Before arriving at the show you should have already booked your own special site – an off-floor hospitality suite or demonstration room. Companies use these special venues to conduct more serious dialogues with major customers or hot prospects. “The best companies are using hospitality events more effectively than just as parties. They are tying them to their show themes and objectives,” Goldberg says. “Some companies host meetings for special groups of customers or users.”

Whatever lead information you collect, write it down. “You should use the electronic attendee discs the conference organizers provide,” Goldberg advises. “But it will contain mostly demographic data. You need to do your own lead cards, with customized information about who they really are plus subjective data and their needs for your product.”

Follow-up

About three days after a show ends, everyone who attended gets together with management and headquarters staff to plan the follow-up.

One purpose of show contacts is to get to know each prospect as well as possible. This kind of information should be saved and used in individual prospect follow-ups.

Some leads are so good they should be pounced on immediately and personally. For others, make sure you remind them about your contact, even if you cannot call right away.

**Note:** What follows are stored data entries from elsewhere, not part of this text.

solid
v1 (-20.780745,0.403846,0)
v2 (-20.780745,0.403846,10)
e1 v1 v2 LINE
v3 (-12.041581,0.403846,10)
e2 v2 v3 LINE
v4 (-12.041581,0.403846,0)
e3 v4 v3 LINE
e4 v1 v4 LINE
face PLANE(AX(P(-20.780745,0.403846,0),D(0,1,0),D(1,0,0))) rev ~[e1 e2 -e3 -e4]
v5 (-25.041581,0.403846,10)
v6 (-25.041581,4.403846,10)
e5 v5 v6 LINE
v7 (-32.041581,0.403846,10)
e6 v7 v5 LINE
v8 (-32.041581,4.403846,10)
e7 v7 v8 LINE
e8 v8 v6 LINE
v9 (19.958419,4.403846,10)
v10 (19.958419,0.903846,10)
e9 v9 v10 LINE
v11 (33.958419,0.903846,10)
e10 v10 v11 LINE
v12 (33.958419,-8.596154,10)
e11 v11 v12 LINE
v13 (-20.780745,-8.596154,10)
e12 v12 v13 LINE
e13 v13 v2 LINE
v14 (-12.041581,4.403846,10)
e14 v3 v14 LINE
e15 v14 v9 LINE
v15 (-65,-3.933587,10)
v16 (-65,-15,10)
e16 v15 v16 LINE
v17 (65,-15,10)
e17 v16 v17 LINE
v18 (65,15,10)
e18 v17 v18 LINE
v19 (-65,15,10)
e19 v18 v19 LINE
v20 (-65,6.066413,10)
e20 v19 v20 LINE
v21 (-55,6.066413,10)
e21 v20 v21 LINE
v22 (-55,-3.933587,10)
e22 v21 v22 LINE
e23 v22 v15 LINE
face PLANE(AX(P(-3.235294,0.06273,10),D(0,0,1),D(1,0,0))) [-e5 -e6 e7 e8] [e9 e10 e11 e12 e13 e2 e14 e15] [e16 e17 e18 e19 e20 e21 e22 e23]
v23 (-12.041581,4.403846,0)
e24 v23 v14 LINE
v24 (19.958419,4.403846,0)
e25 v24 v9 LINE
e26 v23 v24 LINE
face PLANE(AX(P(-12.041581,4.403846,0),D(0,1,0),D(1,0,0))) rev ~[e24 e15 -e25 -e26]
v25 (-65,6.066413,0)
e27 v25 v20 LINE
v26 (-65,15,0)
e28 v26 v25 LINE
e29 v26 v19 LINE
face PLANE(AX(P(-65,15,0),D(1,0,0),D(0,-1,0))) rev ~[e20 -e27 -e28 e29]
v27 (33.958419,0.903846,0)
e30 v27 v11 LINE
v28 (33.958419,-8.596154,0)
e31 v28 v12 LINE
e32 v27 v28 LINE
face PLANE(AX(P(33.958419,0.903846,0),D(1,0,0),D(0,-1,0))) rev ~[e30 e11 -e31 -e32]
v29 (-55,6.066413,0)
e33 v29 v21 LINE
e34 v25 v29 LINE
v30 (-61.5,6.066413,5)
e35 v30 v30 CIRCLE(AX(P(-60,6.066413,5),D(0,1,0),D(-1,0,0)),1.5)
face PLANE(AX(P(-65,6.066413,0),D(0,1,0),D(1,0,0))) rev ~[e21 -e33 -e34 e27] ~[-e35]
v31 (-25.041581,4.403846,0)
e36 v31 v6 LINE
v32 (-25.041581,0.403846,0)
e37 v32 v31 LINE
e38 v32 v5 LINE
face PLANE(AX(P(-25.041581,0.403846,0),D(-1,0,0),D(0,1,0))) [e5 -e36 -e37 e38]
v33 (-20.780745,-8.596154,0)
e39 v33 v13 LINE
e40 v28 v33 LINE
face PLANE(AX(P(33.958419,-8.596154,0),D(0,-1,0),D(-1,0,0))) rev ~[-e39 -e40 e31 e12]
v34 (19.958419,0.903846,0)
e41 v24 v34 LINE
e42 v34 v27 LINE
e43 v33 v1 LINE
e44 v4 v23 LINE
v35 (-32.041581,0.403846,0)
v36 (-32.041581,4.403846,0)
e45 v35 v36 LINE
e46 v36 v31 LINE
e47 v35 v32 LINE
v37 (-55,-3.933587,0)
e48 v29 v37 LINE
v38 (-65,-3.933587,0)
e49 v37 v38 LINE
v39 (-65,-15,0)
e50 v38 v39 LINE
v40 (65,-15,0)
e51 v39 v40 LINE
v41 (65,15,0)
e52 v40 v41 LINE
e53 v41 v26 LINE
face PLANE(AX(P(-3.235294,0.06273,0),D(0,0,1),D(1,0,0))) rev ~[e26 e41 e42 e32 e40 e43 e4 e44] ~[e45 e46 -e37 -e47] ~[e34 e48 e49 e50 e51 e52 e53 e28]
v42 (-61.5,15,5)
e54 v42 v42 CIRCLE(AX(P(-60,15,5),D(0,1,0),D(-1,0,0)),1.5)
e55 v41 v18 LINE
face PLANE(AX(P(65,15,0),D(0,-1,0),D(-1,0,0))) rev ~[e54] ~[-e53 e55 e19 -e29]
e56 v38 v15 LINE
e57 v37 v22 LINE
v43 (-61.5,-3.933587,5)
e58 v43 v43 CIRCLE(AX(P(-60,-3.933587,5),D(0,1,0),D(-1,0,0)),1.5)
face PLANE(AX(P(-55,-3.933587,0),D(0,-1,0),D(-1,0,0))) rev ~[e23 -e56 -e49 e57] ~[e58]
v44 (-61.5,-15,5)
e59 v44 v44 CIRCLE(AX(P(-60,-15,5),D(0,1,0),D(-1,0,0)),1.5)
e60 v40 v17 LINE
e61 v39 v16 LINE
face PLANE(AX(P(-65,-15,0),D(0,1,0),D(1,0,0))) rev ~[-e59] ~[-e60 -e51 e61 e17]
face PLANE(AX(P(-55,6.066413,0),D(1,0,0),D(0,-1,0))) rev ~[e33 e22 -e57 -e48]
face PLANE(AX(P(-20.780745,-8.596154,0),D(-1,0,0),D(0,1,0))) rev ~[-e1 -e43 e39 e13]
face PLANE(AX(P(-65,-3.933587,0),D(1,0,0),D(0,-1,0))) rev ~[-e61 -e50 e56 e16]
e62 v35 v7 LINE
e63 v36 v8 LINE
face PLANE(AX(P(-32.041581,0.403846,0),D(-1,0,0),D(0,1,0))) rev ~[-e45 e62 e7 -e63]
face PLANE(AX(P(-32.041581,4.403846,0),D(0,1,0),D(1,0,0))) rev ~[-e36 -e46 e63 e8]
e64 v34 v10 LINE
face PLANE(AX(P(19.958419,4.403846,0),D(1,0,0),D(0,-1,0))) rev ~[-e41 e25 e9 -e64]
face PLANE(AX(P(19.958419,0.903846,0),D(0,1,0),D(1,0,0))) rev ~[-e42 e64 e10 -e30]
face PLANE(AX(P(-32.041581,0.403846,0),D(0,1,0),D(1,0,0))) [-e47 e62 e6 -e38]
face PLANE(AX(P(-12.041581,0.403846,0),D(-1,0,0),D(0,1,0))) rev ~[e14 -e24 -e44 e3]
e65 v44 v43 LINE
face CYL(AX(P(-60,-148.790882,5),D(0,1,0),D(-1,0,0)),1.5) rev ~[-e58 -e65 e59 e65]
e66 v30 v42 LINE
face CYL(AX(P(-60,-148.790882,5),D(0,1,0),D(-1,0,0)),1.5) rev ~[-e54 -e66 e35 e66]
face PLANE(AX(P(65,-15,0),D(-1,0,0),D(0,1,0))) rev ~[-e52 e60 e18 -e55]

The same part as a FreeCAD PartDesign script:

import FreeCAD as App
import Part
import Sketcher

V = App.Vector


def add_polygon(sketch, points):
    """Adds a closed chain of lines whose ends are joined by coincident constraints."""
    first, n = sketch.GeometryCount, len(points)
    for a, b in zip(points, points[1:] + points[:1]):
        sketch.addGeometry(Part.LineSegment(App.Vector(*a, 0), App.Vector(*b, 0)), False)
    for i in range(n):
        sketch.addConstraint(Sketcher.Constraint("Coincident", first + i, 2, first + (i + 1) % n, 1))

doc = App.newDocument("Part")
body = doc.addObject("PartDesign::Body", "Body")

sketch1 = body.newObject("Sketcher::SketchObject", "Sketch")
sketch1.AttachmentSupport = (doc.getObject("XY_Plane"), [""])
sketch1.MapMode = "FlatFace"
add_polygon(sketch1, [(-65, 15), (-65, 6.1), (-55, 6.1), (-55, -3.9), (-65, -3.9), (-65, -15), (65, -15), (65, 15)])
add_polygon(sketch1, [(-25, 0.4), (-32, 0.4), (-32, 4.4), (-25, 4.4)])
add_polygon(sketch1, [(-20.8, -8.6), (-20.8, 0.4), (-12, 0.4), (-12, 4.4), (20, 4.4), (20, 0.9), (34, 0.9), (34, -8.6)])
sketch1.addConstraint([
    Sketcher.Constraint("Vertical", 0),
    Sketcher.Constraint("Horizontal", 1),
    Sketcher.Constraint("Vertical", 2),
    Sketcher.Constraint("Horizontal", 3),
    Sketcher.Constraint("Vertical", 4),
    Sketcher.Constraint("Horizontal", 5),
    Sketcher.Constraint("Vertical", 6),
    Sketcher.Constraint("Horizontal", 7),
    Sketcher.Constraint("Horizontal", 8),
    Sketcher.Constraint("Vertical", 9),
    Sketcher.Constraint("Horizontal", 10),
    Sketcher.Constraint("Vertical", 11),
    Sketcher.Constraint("Vertical", 12),
    Sketcher.Constraint("Horizontal", 13),
    Sketcher.Constraint("Vertical", 14),
    Sketcher.Constraint("Horizontal", 15),
    Sketcher.Constraint("Vertical", 16),
    Sketcher.Constraint("Horizontal", 17),
    Sketcher.Constraint("Vertical", 18),
    Sketcher.Constraint("Horizontal", 19),
    Sketcher.Constraint("Symmetric", 4, 2, 6, 2, -1, 1),
    Sketcher.Constraint("Horizontal", 11, 2, 12, 2),
    Sketcher.Constraint("Horizontal", 10, 2, 14, 2),
    Sketcher.Constraint("Vertical", 0, 2, 3, 2),
    Sketcher.Constraint("Equal", 3, 2),
    Sketcher.Constraint("DistanceX", 1, 1, 1, 2, 10.0),
    Sketcher.Constraint("DistanceX", 5, 1, 5, 2, 130.0),
    Sketcher.Constraint("DistanceX", 8, 2, 8, 1, 7.0),
    Sketcher.Constraint("DistanceX", 15, 1, 15, 2, 32.0),
    Sketcher.Constraint("DistanceX", 17, 1, 17, 2, 14.0),
    Sketcher.Constraint("DistanceY", 6, 1, 6, 2, 30.0),
    Sketcher.Constraint("DistanceY", 9, 1, 9, 2, 4.0),
    Sketcher.Constraint("DistanceY", 12, 1, 12, 2, 9.0),
    Sketcher.Constraint("DistanceY", 16, 2, 16, 1, 3.5),
    Sketcher.Constraint("DistanceX", 11, 2, 13, 2, 13.0),
    Sketcher.Constraint("DistanceX", 13, 1, 13, 2, 8.739164),
    Sketcher.Constraint("DistanceY", 0, 2, 0, 1, 8.933587),
    Sketcher.Constraint("DistanceX", 8, 2, -1, 1, 32.041581),
    Sketcher.Constraint("DistanceY", -1, 1, 8, 2, 0.403846),
])
pad1 = body.newObject("PartDesign::Pad", "Pad")
pad1.Profile = sketch1
pad1.Length = 10

sketch2 = body.newObject("Sketcher::SketchObject", "Sketch001")
sketch2.AttachmentSupport = (doc.getObject("XZ_Plane"), [""])
sketch2.MapMode = "FlatFace"
sketch2.AttachmentOffset = App.Placement(V(0, 0, 15), App.Rotation())
sketch2.addGeometry(Part.Circle(V(-60, 5, 0), V(0, 0, 1), 1.5), False)
sketch2.addConstraint([
    Sketcher.Constraint("Diameter", 0, 3.0),
    Sketcher.Constraint("DistanceX", 0, 3, -1, 1, 60.0),
    Sketcher.Constraint("DistanceY", -1, 1, 0, 3, 5.0),
])
doc.recompute()
hole = body.newObject("PartDesign::Hole", "Hole")
hole.Profile = sketch2
hole.ThreadType = "None"
hole.Diameter = 3
hole.DepthType = "ThroughAll"

doc.recompute()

Another purpose of the show is to get to know industry developments from the buyer’s point of view. This industry-wide information should be incorporated in your postshow mailer or other follow-up tools. “Try to understand the state of the industry from your conversations with all the attendees, including your competitors,” Acxiom’s DeMartino explains. “Then figure out how your product helps them solve their latest challenges. Maybe there are mergers and consolidations rumbling through the buyers’ industry. How does your product fit in with that? Emphasize how your product or service can be adapted, no matter who owns the company.”

The follow-up letter should be kept to one page, with important points compressed into short bullets. There should be room at the bottom for a tear-off form that prospects can easily return. In the case of a simple sale, the tear-off may be an order form completing the sale. For complex business, prospects check off boxes requesting such specific information as product brochures. In all cases, you should have a space where the addressees can give you an alternate contact in the company if they are not the right decision makers.

As before, remember alternate communication tools. Depending on industry and information available, the follow-up can be via email, fax or company disc. The same rules apply – keep it brief and give prospects an easy way of responding.

Does it work? DeMartino says preshow and postshow mailings often generate more and better leads than the show itself: “You can spend $10,000 to $15,000 to go to the show, and for $2,000 more you can improve results by at least 50 percent.”